Mascarpone Cream cheese Mango cake with a white rum custard and home made Italian lady fingers topped with fresh mangoes NO BAKE

Bency Koshy
Bency Koshy|
Last updated on Jan 16th
I am a very experimental person and i love combining cheesecakes and alcohol, the richness of the cheese balanced beautifully against white rum or vodka or brandy you just cannot stop there!
  • Prep Time3Hours
  • Cooking Time60Minutes
  • Serves12people

Recipe Ingredients

  • For the Italian lady fingers. 5 eggs - separated.
  • 2/3 cup sugar divided .
  • 1tsp - vanilla .
  • 1 cup - all purpose flour .
  • 1/4 tsp - salt .
  • 1/3 cup icing sugar.
  • Mascarpone cheese- 500 gms. Cream cheese - 200 grams. Vanilla extract - 1tbsp.
  • Whipped cream - about 4 cups ( i used tropolite so its already sweet hence no extra sugar added here and also the custard is sweet)
  • Mangoes - 3 to 4 ripe, firm and sweet. A 10inch round cake ring mould.
  • To make the custard you need 3 egg yolks. Fine sugar - 1/3 cup. 2tbsp - white rum. A good pinch of salt.

Recipe Preparation

  1. Make your lady fingers well in advance as it can be stored. Preheat the oven to 130 degree C. Beat the yolks and salt and vanilla with half the sugar till pale.Get on with the egg whites and remaining sugar till stiff peaks. Sift in the flour and combine.
  2. Line your baking trays with baking sheets and pipe the prepared mixture like fingers giving ample space between each as they will rise and expand.
  3. Bake for about 30 minutes or until the biscuits seem firm to touch. This is slow baking and you would want good color and crunch on them. Take them from the oven and dust icing sugar on top while they are still hot. There your Italian lady fingers are ready.
  4. Make your custard. Combine the yolks, sugar, salt and rum on a double boiler whisking till the custard thickens or till the back of the spoon is coated well.
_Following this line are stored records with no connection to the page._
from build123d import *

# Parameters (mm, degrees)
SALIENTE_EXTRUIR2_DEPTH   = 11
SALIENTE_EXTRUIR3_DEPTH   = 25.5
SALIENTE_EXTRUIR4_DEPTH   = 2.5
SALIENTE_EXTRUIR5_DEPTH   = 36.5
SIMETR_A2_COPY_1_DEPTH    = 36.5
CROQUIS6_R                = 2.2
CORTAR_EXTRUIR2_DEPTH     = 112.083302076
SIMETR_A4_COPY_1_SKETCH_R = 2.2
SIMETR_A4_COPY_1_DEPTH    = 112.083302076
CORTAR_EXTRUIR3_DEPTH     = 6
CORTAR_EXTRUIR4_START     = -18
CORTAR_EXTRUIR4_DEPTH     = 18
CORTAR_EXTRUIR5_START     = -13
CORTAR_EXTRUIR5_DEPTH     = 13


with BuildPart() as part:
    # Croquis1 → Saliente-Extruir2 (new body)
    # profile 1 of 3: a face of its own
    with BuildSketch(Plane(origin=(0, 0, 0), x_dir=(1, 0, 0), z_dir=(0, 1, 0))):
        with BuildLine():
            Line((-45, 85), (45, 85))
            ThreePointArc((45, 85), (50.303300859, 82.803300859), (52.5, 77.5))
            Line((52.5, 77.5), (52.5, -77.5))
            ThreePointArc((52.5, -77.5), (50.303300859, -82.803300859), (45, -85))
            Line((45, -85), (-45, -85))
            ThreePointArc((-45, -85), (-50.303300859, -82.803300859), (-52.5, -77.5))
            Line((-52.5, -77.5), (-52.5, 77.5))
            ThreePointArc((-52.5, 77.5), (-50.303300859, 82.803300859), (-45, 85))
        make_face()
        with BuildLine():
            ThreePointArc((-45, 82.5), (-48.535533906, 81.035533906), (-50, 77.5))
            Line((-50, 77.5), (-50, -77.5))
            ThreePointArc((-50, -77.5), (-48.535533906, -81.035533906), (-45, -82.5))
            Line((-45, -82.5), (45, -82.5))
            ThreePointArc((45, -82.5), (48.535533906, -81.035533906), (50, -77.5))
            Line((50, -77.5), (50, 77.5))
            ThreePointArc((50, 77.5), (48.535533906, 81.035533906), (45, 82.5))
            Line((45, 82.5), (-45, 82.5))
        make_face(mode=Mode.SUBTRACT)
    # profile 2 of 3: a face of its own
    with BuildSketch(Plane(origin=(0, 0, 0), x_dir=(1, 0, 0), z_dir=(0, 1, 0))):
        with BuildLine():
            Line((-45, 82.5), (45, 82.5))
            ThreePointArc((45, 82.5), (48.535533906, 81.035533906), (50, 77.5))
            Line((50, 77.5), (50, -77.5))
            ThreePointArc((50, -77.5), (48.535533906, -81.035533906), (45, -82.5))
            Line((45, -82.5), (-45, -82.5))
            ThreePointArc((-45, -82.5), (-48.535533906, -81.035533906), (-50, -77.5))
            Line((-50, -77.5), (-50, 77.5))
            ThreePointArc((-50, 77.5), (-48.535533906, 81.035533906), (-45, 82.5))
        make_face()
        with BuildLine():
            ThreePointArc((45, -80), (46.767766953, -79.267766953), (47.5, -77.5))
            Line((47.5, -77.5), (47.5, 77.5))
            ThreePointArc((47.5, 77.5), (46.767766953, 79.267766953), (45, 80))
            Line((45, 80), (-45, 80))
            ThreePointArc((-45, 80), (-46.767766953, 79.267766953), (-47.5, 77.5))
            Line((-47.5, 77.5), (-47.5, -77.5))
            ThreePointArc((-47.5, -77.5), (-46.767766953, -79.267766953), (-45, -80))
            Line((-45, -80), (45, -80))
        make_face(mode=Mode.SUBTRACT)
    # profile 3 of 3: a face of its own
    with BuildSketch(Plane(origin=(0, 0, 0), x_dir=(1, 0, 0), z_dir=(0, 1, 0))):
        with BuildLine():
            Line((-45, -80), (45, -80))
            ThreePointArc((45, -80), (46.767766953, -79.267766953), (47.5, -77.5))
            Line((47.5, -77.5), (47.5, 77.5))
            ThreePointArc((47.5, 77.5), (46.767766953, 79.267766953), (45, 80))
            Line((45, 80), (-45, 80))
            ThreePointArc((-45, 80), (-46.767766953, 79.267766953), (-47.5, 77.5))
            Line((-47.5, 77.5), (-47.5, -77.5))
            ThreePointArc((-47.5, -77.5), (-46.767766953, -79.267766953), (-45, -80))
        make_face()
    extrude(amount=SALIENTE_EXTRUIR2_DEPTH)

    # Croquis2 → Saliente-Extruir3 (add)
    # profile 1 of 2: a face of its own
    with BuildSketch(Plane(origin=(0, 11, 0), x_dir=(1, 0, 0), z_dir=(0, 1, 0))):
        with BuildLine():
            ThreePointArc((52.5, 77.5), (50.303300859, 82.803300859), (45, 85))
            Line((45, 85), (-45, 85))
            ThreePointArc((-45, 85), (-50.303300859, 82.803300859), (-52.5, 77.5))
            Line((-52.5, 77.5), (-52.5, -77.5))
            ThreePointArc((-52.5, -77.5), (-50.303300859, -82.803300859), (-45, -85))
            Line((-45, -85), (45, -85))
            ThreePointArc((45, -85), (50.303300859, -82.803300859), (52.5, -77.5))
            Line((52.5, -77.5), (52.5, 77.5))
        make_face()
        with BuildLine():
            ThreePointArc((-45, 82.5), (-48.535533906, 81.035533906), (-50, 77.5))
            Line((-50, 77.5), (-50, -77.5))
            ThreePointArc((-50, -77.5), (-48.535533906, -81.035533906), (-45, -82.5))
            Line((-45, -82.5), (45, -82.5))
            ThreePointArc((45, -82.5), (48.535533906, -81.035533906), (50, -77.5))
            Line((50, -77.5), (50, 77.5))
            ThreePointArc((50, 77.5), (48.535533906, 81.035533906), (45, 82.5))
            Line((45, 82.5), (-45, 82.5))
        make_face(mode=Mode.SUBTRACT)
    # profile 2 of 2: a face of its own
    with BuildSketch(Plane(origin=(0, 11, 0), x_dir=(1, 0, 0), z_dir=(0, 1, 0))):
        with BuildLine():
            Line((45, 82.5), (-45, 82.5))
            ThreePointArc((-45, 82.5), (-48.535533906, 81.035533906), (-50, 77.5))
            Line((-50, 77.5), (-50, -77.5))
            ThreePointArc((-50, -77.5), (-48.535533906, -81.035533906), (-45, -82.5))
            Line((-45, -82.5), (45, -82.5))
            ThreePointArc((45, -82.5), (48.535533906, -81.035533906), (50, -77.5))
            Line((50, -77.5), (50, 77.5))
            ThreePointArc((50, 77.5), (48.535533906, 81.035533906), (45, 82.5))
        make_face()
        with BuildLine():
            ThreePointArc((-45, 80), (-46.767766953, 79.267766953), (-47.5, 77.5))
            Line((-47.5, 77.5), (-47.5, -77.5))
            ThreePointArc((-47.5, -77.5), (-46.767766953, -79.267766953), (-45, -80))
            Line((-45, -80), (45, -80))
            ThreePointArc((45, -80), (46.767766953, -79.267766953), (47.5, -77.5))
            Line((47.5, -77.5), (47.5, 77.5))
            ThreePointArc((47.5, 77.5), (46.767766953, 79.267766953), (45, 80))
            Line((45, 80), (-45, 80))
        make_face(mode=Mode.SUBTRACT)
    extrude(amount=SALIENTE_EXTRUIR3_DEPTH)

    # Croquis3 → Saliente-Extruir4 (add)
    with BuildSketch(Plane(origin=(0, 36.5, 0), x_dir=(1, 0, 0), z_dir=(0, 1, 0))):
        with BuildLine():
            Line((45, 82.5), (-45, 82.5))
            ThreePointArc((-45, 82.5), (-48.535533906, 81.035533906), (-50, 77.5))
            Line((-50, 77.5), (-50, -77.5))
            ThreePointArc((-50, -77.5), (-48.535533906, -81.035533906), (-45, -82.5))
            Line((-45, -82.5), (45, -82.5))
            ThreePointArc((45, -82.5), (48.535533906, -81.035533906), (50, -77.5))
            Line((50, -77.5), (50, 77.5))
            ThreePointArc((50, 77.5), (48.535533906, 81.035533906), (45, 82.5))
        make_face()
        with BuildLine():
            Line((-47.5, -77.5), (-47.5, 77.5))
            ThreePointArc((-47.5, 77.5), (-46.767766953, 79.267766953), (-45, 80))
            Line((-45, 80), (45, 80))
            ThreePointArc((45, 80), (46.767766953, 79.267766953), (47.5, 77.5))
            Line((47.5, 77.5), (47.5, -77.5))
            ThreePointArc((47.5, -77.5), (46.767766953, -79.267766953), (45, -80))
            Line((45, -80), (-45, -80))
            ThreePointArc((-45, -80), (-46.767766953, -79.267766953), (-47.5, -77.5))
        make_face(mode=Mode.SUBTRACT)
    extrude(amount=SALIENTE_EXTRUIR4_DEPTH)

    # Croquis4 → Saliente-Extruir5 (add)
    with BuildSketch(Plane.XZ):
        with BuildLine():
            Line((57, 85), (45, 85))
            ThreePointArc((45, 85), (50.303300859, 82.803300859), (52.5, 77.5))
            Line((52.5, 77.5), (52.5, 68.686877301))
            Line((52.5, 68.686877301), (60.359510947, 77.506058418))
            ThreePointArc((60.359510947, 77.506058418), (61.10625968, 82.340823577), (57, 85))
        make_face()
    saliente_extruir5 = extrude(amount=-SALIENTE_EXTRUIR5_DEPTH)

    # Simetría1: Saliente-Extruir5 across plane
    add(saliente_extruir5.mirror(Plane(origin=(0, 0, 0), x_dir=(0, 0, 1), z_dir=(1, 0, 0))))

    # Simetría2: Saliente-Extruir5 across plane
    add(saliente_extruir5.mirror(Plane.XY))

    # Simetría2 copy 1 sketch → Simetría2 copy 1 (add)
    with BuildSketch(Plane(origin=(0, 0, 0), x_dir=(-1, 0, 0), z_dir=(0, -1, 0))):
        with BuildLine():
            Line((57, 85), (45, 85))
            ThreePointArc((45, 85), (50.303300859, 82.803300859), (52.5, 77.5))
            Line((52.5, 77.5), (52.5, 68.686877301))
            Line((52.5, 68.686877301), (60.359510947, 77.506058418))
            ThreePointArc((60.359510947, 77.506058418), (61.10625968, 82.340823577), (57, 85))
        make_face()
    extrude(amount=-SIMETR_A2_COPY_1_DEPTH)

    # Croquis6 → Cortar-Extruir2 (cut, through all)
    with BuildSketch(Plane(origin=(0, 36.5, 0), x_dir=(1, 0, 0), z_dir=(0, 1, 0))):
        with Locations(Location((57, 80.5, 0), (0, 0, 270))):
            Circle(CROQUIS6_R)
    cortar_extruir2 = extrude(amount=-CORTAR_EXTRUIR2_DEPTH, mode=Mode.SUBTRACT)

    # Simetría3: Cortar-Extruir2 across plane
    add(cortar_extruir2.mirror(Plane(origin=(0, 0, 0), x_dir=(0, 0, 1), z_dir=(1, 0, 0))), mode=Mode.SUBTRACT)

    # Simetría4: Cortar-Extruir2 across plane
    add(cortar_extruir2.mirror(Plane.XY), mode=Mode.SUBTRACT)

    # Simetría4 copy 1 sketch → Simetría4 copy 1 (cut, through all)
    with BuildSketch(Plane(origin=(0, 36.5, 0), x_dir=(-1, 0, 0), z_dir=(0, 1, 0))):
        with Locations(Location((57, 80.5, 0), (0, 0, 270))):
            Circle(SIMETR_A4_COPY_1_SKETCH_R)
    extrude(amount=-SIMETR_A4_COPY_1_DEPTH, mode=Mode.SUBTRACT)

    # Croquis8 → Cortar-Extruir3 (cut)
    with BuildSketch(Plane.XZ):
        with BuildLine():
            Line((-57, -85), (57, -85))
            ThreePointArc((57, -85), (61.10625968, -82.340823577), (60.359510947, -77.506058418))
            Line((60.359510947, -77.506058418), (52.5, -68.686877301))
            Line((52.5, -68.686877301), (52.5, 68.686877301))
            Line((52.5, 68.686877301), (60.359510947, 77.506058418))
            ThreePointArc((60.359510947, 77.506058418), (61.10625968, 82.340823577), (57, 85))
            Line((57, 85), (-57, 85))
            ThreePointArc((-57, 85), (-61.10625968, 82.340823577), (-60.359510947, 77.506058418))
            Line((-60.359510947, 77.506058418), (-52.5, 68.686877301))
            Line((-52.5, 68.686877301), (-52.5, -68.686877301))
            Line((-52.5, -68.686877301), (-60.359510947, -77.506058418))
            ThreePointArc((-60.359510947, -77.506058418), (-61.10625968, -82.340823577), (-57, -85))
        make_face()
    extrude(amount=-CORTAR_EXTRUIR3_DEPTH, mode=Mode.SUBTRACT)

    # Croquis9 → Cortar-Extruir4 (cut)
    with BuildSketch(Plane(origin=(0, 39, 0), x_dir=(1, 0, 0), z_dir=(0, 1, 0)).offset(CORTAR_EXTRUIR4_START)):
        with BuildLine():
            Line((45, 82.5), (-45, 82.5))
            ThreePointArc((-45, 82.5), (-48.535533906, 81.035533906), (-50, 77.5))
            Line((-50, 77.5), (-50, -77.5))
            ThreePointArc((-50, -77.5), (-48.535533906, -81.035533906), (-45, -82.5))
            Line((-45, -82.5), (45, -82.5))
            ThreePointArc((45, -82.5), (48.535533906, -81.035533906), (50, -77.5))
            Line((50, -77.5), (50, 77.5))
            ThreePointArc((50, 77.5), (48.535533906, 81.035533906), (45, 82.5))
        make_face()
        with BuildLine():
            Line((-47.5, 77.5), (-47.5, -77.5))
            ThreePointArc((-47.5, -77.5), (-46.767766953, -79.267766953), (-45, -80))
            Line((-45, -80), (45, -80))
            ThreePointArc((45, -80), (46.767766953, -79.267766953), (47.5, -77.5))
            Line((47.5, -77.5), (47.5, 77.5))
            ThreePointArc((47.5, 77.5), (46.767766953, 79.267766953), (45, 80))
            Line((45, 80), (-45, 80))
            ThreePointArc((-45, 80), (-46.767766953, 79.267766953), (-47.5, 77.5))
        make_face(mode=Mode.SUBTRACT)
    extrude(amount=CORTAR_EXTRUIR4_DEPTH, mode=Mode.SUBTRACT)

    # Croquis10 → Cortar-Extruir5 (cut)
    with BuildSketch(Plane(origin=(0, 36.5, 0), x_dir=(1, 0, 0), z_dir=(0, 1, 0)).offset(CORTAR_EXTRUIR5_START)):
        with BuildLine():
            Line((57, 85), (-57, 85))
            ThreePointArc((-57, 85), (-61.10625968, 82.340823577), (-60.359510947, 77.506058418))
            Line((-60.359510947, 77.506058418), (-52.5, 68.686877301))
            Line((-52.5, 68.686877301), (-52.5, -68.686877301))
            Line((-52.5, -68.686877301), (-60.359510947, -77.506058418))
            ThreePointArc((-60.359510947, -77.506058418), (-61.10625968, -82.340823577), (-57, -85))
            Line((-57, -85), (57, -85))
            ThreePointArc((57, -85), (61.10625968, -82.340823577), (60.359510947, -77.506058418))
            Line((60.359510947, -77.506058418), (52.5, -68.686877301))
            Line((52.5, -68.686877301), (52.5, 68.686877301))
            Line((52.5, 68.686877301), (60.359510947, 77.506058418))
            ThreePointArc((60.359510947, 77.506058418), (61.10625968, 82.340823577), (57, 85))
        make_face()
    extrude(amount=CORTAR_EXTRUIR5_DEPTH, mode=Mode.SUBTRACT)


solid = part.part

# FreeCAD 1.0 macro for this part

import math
import FreeCAD as App
import Part
import Sketcher

V = App.Vector

doc = App.newDocument("Part")
params = doc.addObject("Spreadsheet::Sheet", "Params")
for row, (alias, value) in enumerate([
    ("sketch1_radius", "7.5 mm"),
    ("sketch1_width", "90 mm"),
    ("sketch1_height", "155 mm"),
    ("pad1_length", "11 mm"),
    ("sketch2_radius", "7.5 mm"),
    ("sketch2_radius2", "2.5 mm"),
    ("sketch2_width", "90 mm"),
    ("sketch2_height", "155 mm"),
    ("pad2_length", "25.5 mm"),
    ("sketch3_radius", "5 mm"),
    ("sketch3_radius2", "2.5 mm"),
    ("sketch3_width", "90 mm"),
    ("sketch3_height", "155 mm"),
    ("pad3_length", "2.5 mm"),
    ("sketch4_radius", "7.5 mm"),
    ("sketch4_radius2", "4.5 mm"),
    ("sketch4_width", "12 mm"),
    ("pad4_length", "36.5 mm"),
    ("sketch5_radius", "7.5 mm"),
    ("sketch5_radius2", "4.5 mm"),
    ("sketch5_width", "12 mm"),
    ("pad5_length", "36.5 mm"),
    ("sketch6_diameter", "4.4 mm"),
    ("sketch7_diameter", "4.4 mm"),
    ("sketch8_radius", "4.5 mm"),
    ("sketch8_width", "114 mm"),
    ("pocket3_length", "6 mm"),
    ("sketch9_radius", "5 mm"),
    ("sketch9_radius2", "2.5 mm"),
    ("sketch9_width", "90 mm"),
    ("sketch9_height", "155 mm"),
    ("pocket4_length", "18 mm"),
    ("sketch10_radius", "4.5 mm"),
    ("sketch10_width", "114 mm"),
    ("pocket5_length", "13 mm"),
], start=1):
    params.set(f"A{row}", alias)
    params.set(f"B{row}", "=" + value)
    params.setAlias(f"B{row}", alias)

body = doc.addObject("PartDesign::Body", "Body")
Use cling film to cover the custard so the layer doesnt form and leave it in the fridge overnight.
  5. Get your Mascarpone and Cream cheese to room temperature before you start. Beat on high speed till well combined. Add the vanilla and rum custard and whisk.
  6. Fold in the whipped cream cup by cup tasting till you get the desired taste. Make sure you dont add more cream and you lose the taste of the cheese.
  7. Place your ring mould on a cake board or cake stand and begin by placing the lady fingers as the base. Pour half the cheese mixture. Then add a good generous layer of mango slices. Pour the remaining mixture till the brim and even it out with a spatula.
  8. Let it set in the fridge overnight. Next day lift the mould and arrange the lady fingers all around. Top it with fresh mangoes and i added some white chocolate butterflies.